Stop with the CMPK, etc. You need to get her rumen going, give her large doses of probiotic paste, give b complex shots, do the banamine again. Give her neomycin for the diarrhea, and give some kaopectate. 
Check her ketone levels asap, it mimics milk fever.


----------



## KJFarm (Oct 26, 2007)

A cud transfer would be very beneficial.


----------



## pjt367 (Apr 3, 2010)

Penny died today. I have decided to sell my small herd and maybe someday find someone else to help. Thanks so much for all of your support. This has been a great place to learn. 

Paula


----------



## Ashley (Oct 25, 2007)

I'm so sorry :'( 
It's usually best not to make important decisions when you're upset. We all lose animals sometimes and I know it really hurts.


----------



## KJFarm (Oct 26, 2007)

So sorry for your loss........don't quit, death is the hard part of raising livestock. It is a learning experience, for new breeders and old ones, so don't throw in the towel just yet.


----------



## cvalley (Apr 15, 2009)

So sorry for your loss. Hang in there as death of a goat is the most difficult -- move forward and think positive. This is a part of having a farm and the hardest. Ponder your decision to let go of the herd a bit more.


----------



## janner (Nov 3, 2012)

I know what you are going through is hard. I went through a cougar killing 2 of my first 4 goats and biting the third within 3 months of buying them. I was told at the time by my mentor "Janice, if you are going to have livestock, you are going to have dead stock". Everytime something awful happens to my goats, I look at it, after bawling my eyes out, like a learning experience. For instance, now I have LGDs. We try as hard as we can and we are not infallible, but people, like obviously you, who really care are treasured by our goats and goat community. You have gone through a lot by making the environment to keep goats and you are in an emotional state. Maybe this goat that died was one that no-one could save. Please, wait at least a couple weeks before giving up,
janice


----------



## salemfarms (May 4, 2013)

We lost three of our foundation does and the kids in utero with 2 of them in a 2 month period a couple of years ago. I thought I would lose my mind. Talking to my mentors, looking into the wonderful eyes of my other goats and praying a lot is what kept me going. You must remember you did all you could for your girl sometimes it just isn't in your power to fix it. The joy we get from these lovely girls and boys almost always outweighs the sorrow.


----------



## pjt367 (Apr 3, 2010)

Thank you everyone for your kind words and comfort. I appreciate your support. 

My biggest problem is that I don't ask enough. I read posts and try to figure out what is going on or I go to the vet when I don't have time to do the research. That was a very bad call this time.


----------



## pjt367 (Apr 3, 2010)

Now I need help with her kids. In caring for their mother I have forgotten to take care of their needs. They have diahrea. They are 3 weks old and one of my 4 week old kids started with diahrea.

I plan to take them to the vet to get a fecal test done so I know what I am dealing with. I have them 2 of the 3 doses of Molly's Herbal wormer #1 last Thursday and Friday night. I feel I need to wait long enough for that to clear their system so I can get accurate test results.

Please advise.

History:

I have pretty much been out of town from last November to April. My husband has been feeding and watering while I have been gone (my breeder dried them off for me in November) but he has not been worming them or cleaning up after them. I have been chipping away at the clean up but I'm not getting there so I have hired some help who should come this weekend. With carrying for Penny this past 3 weeks it has gotten worse. 

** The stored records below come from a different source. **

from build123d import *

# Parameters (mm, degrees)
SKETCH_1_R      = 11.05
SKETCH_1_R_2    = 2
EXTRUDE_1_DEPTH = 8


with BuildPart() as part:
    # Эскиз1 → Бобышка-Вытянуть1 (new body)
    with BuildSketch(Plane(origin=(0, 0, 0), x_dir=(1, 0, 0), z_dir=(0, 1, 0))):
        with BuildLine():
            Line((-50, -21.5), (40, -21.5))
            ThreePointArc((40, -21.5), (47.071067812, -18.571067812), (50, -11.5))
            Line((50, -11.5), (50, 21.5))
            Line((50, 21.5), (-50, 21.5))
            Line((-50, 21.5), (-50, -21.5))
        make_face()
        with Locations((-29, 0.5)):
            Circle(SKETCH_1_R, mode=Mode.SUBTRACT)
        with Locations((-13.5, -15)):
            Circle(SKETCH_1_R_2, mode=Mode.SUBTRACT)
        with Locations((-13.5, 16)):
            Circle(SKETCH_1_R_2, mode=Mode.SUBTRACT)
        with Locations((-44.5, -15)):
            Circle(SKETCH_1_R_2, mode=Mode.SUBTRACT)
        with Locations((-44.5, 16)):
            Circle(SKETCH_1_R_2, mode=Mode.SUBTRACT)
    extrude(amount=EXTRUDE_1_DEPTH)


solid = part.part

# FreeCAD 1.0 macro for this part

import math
import FreeCAD as App
import Part
import Sketcher
Q = App.Units.Quantity

doc = App.newDocument("Part")
body = doc.addObject("PartDesign::Body", "Body")

# Sketch on XZ plane
sketch1 = doc.addObject("Sketcher::SketchObject", "Sketch")
body.addObject(sketch1)
sketch1.AttachmentSupport = (doc.XZ_Plane, [""])
sketch1.MapMode = "FlatFace"
sketch1.addGeometry([
    Part.LineSegment(App.Vector(-50, 21.5, 0), App.Vector(40, 21.5, 0)),  # 0
    Part.ArcOfCircle(Part.Circle(App.Vector(40, 11.5, 0), App.Vector(0, 0, 1), 10), math.radians(0), math.radians(90)),  # 1
    Part.LineSegment(App.Vector(50, 11.5, 0), App.Vector(50, -21.5, 0)),  # 2
    Part.LineSegment(App.Vector(50, -21.5, 0), App.Vector(-50, -21.5, 0)),  # 3
    Part.LineSegment(App.Vector(-50, -21.5, 0), App.Vector(-50, 21.5, 0)),  # 4
    Part.Circle(App.Vector(-44.5, 15, 0), App.Vector(0, 0, 1), 2),  # 5
    Part.Circle(App.Vector(-13.5, 15, 0), App.Vector(0, 0, 1), 2),  # 6
    Part.Circle(App.Vector(-44.5, -16, 0), App.Vector(0, 0, 1), 2),  # 7
    Part.Circle(App.Vector(-29, -0.5, 0), App.Vector(0, 0, 1), 11.1),  # 8
    Part.Circle(App.Vector(-13.5, -16, 0), App.Vector(0, 0, 1), 2),  # 9
], False)
sketch1.addConstraint([
    Sketcher.Constraint("Tangent", 0, 2, 1, 2),
    Sketcher.Constraint("Tangent", 1, 1, 2, 1),
    Sketcher.Constraint("Coincident", 2, 2, 3, 1),
    Sketcher.Constraint("Coincident", 3, 2, 4, 1),
    Sketcher.Constraint("Coincident", 4, 2, 0, 1),
    Sketcher.Constraint("Horizontal", 0),
    Sketcher.Constraint("Vertical", 2),
    Sketcher.Constraint("Horizontal", 3),
    Sketcher.Constraint("Vertical", 4),
    Sketcher.Constraint("Equal", 5, 6),
    Sketcher.Constraint("Equal", 6, 7),
    Sketcher.Constraint("Equal", 7, 9),
    Sketcher.Constraint("Symmetric", 2, 2, 4, 2, -1, 1),
    Sketcher.Constraint("Horizontal", 5, 3, 6, 3),
    Sketcher.Constraint("Horizontal", 7, 3, 9, 3),
    Sketcher.Constraint("Vertical", 5, 3, 7, 3),
    Sketcher.Constraint("Vertical", 6, 3, 9, 3),
    Sketcher.Constraint("Diameter", 5, Q("4 mm")),
    Sketcher.Constraint("Radius", 1, Q("10 mm")),
    Sketcher.Constraint("Diameter", 8, Q("22.1 mm")),
    Sketcher.Constraint("DistanceX", 0, 1, 0, 2, Q("90 mm")),
    Sketcher.Constraint("DistanceY", 2, 2, 2, 1, Q("33 mm")),
    Sketcher.Constraint("DistanceY", -1, 1, 5, 3, Q("15 mm")),
    Sketcher.Constraint("DistanceY", 7, 3, -1, 1, Q("16 mm")),
    Sketcher.Constraint("DistanceX", 8, 3, -1, 1, Q("29 mm")),
    Sketcher.Constraint("DistanceX", 5, 3, 6, 3, Q("31 mm")),
    Sketcher.Constraint("DistanceY", 8, 3, 1, 3, Q("12 mm")),
    Sketcher.Constraint("DistanceX", 5, 3, -1, 1, Q("44.5 mm")),
])
pad1 = doc.addObject("PartDesign::Pad", "Pad")
body.addObject(pad1)
pad1.Profile = sketch1
pad1.Length = 8
pad1.Reversed = True

doc.recompute()
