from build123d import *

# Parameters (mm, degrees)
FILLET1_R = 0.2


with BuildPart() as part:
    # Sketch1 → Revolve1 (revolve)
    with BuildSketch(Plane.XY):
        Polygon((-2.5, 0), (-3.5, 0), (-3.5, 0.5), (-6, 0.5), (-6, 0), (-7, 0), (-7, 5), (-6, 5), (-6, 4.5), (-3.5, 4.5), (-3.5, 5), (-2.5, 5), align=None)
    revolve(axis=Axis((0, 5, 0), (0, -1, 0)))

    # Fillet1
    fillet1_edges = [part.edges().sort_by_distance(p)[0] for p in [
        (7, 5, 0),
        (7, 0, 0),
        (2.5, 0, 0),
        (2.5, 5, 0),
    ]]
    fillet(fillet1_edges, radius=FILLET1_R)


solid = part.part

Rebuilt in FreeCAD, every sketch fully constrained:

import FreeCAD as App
import Part
import Sketcher
from FreeCAD import Vector
Q = App.Units.Quantity


def edges_at(feature, points):
    """Names of the edges that pass closest to the given points."""
    edges = feature.Shape.Edges
    near = lambda p: min(range(len(edges)), key=lambda i: edges[i].distToShape(Part.Vertex(*p))[0])
    return sorted({f"Edge{near(p) + 1}" for p in points})

doc = App.newDocument("Part")
params = doc.addObject("Spreadsheet::Sheet", "Params")
for row, (alias, value) in enumerate([
    ("sketch1_width", "1 mm"),
    ("sketch1_height", "5 mm"),
    ("sketch1_width2", "2.5 mm"),
    ("sketch1_height2", "0.5 mm"),
    ("revolution_angle", "360 deg"),
    ("fillet_radius", "0.2 mm"),
], start=1):
    params.set(f"A{row}", alias)
    params.set(f"B{row}", "=" + value)
    params.setAlias(f"B{row}", alias)

body = doc.addObject("PartDesign::Body", "Body")

# Sketch on XY plane
sketch1 = body.newObject("Sketcher::SketchObject", "Sketch")
sketch1.AttachmentSupport = (doc.getObject("XY_Plane"), [""])
sketch1.MapMode = "FlatFace"
sketch1.addGeometry(Part.LineSegment(Vector(-3.5, 0, 0), Vector(-2.5, 0, 0)), False)
sketch1.addGeometry(Part.LineSegment(Vector(-2.5, 0, 0), Vector(-2.5, 5, 0)), False)
sketch1.addGeometry(Part.LineSegment(Vector(-2.5, 5, 0), Vector(-3.5, 5, 0)), False)
sketch1.addGeometry(Part.LineSegment(Vector(-3.5, 5, 0), Vector(-3.5, 4.5, 0)), False)
sketch1.addGeometry(Part.LineSegment(Vector(-3.5, 4.5, 0), Vector(-6, 4.5, 0)), False)
sketch1.addGeometry(Part.LineSegment(Vector(-6, 4.5, 0), Vector(-6, 5, 0)), False)
sketch1.addGeometry(Part.LineSegment(Vector(-6, 5, 0), Vector(-7, 5, 0)), False)
sketch1.addGeometry(Part.LineSegment(Vector(-7, 5, 0), Vector(-7, 0, 0)), False)
sketch1.addGeometry(Part.LineSegment(Vector(-7, 0, 0), Vector(-6, 0, 0)), False)
sketch1.addGeometry(Part.LineSegment(Vector(-6, 0, 0), Vector(-6, 0.5, 0)), False)
sketch1.addGeometry(Part.LineSegment(Vector(-6, 0.5, 0), Vector(-3.5, 0.5, 0)), False)
sketch1.addGeometry(Part.LineSegment(Vector(-3.5, 0.5, 0), Vector(-3.5, 0, 0)), False)
sketch1.addConstraint(Sketcher.Constraint("Coincident", 0, 2, 1, 1))
sketch1.addConstraint(Sketcher.Constraint("Coincident", 1, 2, 2, 1))
sketch1.addConstraint(Sketcher.Constraint("Coincident", 2, 2, 3, 1))
sketch1.addConstraint(Sketcher.Constraint("Coincident", 3, 2, 4, 1))
sketch1.addConstraint(Sketcher.Constraint("Coincident", 4, 2, 5, 1))
sketch1.addConstraint(Sketcher.Constraint("Coincident", 5, 2, 6, 1))
sketch1.addConstraint(Sketcher.Constraint("Coincident", 6, 2, 7, 1))
sketch1.addConstraint(Sketcher.Constraint("Coincident", 7, 2, 8, 1))
sketch1.addConstraint(Sketcher.Constraint("Coincident", 8, 2, 9, 1))
sketch1.addConstraint(Sketcher.Constraint("Coincident", 9, 2, 10, 1))
sketch1.addConstraint(Sketcher.Constraint("Coincident", 10, 2, 11, 1))
sketch1.addConstraint(Sketcher.Constraint("Coincident", 11, 2, 0, 1))
sketch1.addConstraint(Sketcher.Constraint("Horizontal", 0))
sketch1.addConstraint(Sketcher.Constraint("Vertical", 1))
sketch1.addConstraint(Sketcher.Constraint("Horizontal", 2))
sketch1.addConstraint(Sketcher.Constraint("Vertical", 3))
sketch1.addConstraint(Sketcher.Constraint("Horizontal", 4))
sketch1.addConstraint(Sketcher.Constraint("Vertical", 5))
sketch1.addConstraint(Sketcher.Constraint("Horizontal", 6))
sketch1.addConstraint(Sketcher.Constraint("Vertical", 7))
sketch1.addConstraint(Sketcher.Constraint("Horizontal", 8))
sketch1.addConstraint(Sketcher.Constraint("Vertical", 9))
sketch1.addConstraint(Sketcher.Constraint("Horizontal", 10))
sketch1.addConstraint(Sketcher.Constraint("Vertical", 11))
sketch1.addConstraint(Sketcher.Constraint("PointOnObject", 0, 2, -1))
sketch1.addConstraint(Sketcher.Constraint("PointOnObject", 7, 2, -1))
sketch1.addConstraint(Sketcher.Constraint("Horizontal", 2, 2, 5, 2))
sketch1.addConstraint(Sketcher.Constraint("Vertical", 5, 2, 8, 2))
sketch1.addConstraint(Sketcher.Constraint("Vertical", 3, 2, 10, 2))
sketch1.addConstraint(Sketcher.Constraint("Equal", 2, 6))
sketch1.addConstraint(Sketcher.Constraint("Equal", 5, 9))
sketch1.addConstraint(Sketcher.Constraint("DistanceX", 0, 1, 0, 2, Q("1 mm")))
sketch1.addConstraint(Sketcher.Constraint("DistanceY", 1, 1, 1, 2, Q("5 mm")))
sketch1.addConstraint(Sketcher.Constraint("DistanceX", 4, 2, 4, 1, Q("2.5 mm")))
sketch1.addConstraint(Sketcher.Constraint("DistanceY", 3, 2, 3, 1, Q("0.5 mm")))
sketch1.addConstraint(Sketcher.Constraint("DistanceX", 4, 2, -1, 1, Q("6 mm")))
sketch1.setExpression("Constraints[31]", "Params.sketch1_width")
sketch1.setExpression("Constraints[32]", "Params.sketch1_height")
sketch1.setExpression("Constraints[33]", "Params.sketch1_width2")
sketch1.setExpression("Constraints[34]", "Params.sketch1_height2")
revolution = body.newObject("PartDesign::Revolution", "Revolution")
revolution.Profile = sketch1
revolution.ReferenceAxis = (sketch1, ["V_Axis"])
revolution.setExpression("Angle", "Params.revolution_angle")
doc.recompute()

fillet = body.newObject("PartDesign::Fillet", "Fillet")
fillet.Base = (revolution, edges_at(revolution, [
    (7, 5, 0),
    (7, 0, 0),
    (2.5, 0, 0),
    (2.5, 5, 0),
]))
fillet.setExpression("Radius", "Params.fillet_radius")

doc.recompute()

It is possible Penny and her mother Misty picked up something at the breeders that they have not been exposed to on my property and with Penny,s immune system being compromised over the last 5 months and then kidding snd carrying for 3 babies she could not defeat whatever it was. Misty had diahrea for one day when I brought them home and had been fine since. I have had 2 other does have soft stools for a day and them clear up. I know I have too many does for my backyard. I was waiting for kidding season to be over and make sure everyone loved before I put some does up for sale. 


Penny, s babies stayed with diahrea last week. I did not start separating them from the adults to offer them goat pellets until Friday. They have had free access to hay, alfalfa pellets, minerals and baking soda their whole life and have been nibbling and even eating them. I have also had 2 buckets of electrolyte water out for everyone the last 3 weeks. 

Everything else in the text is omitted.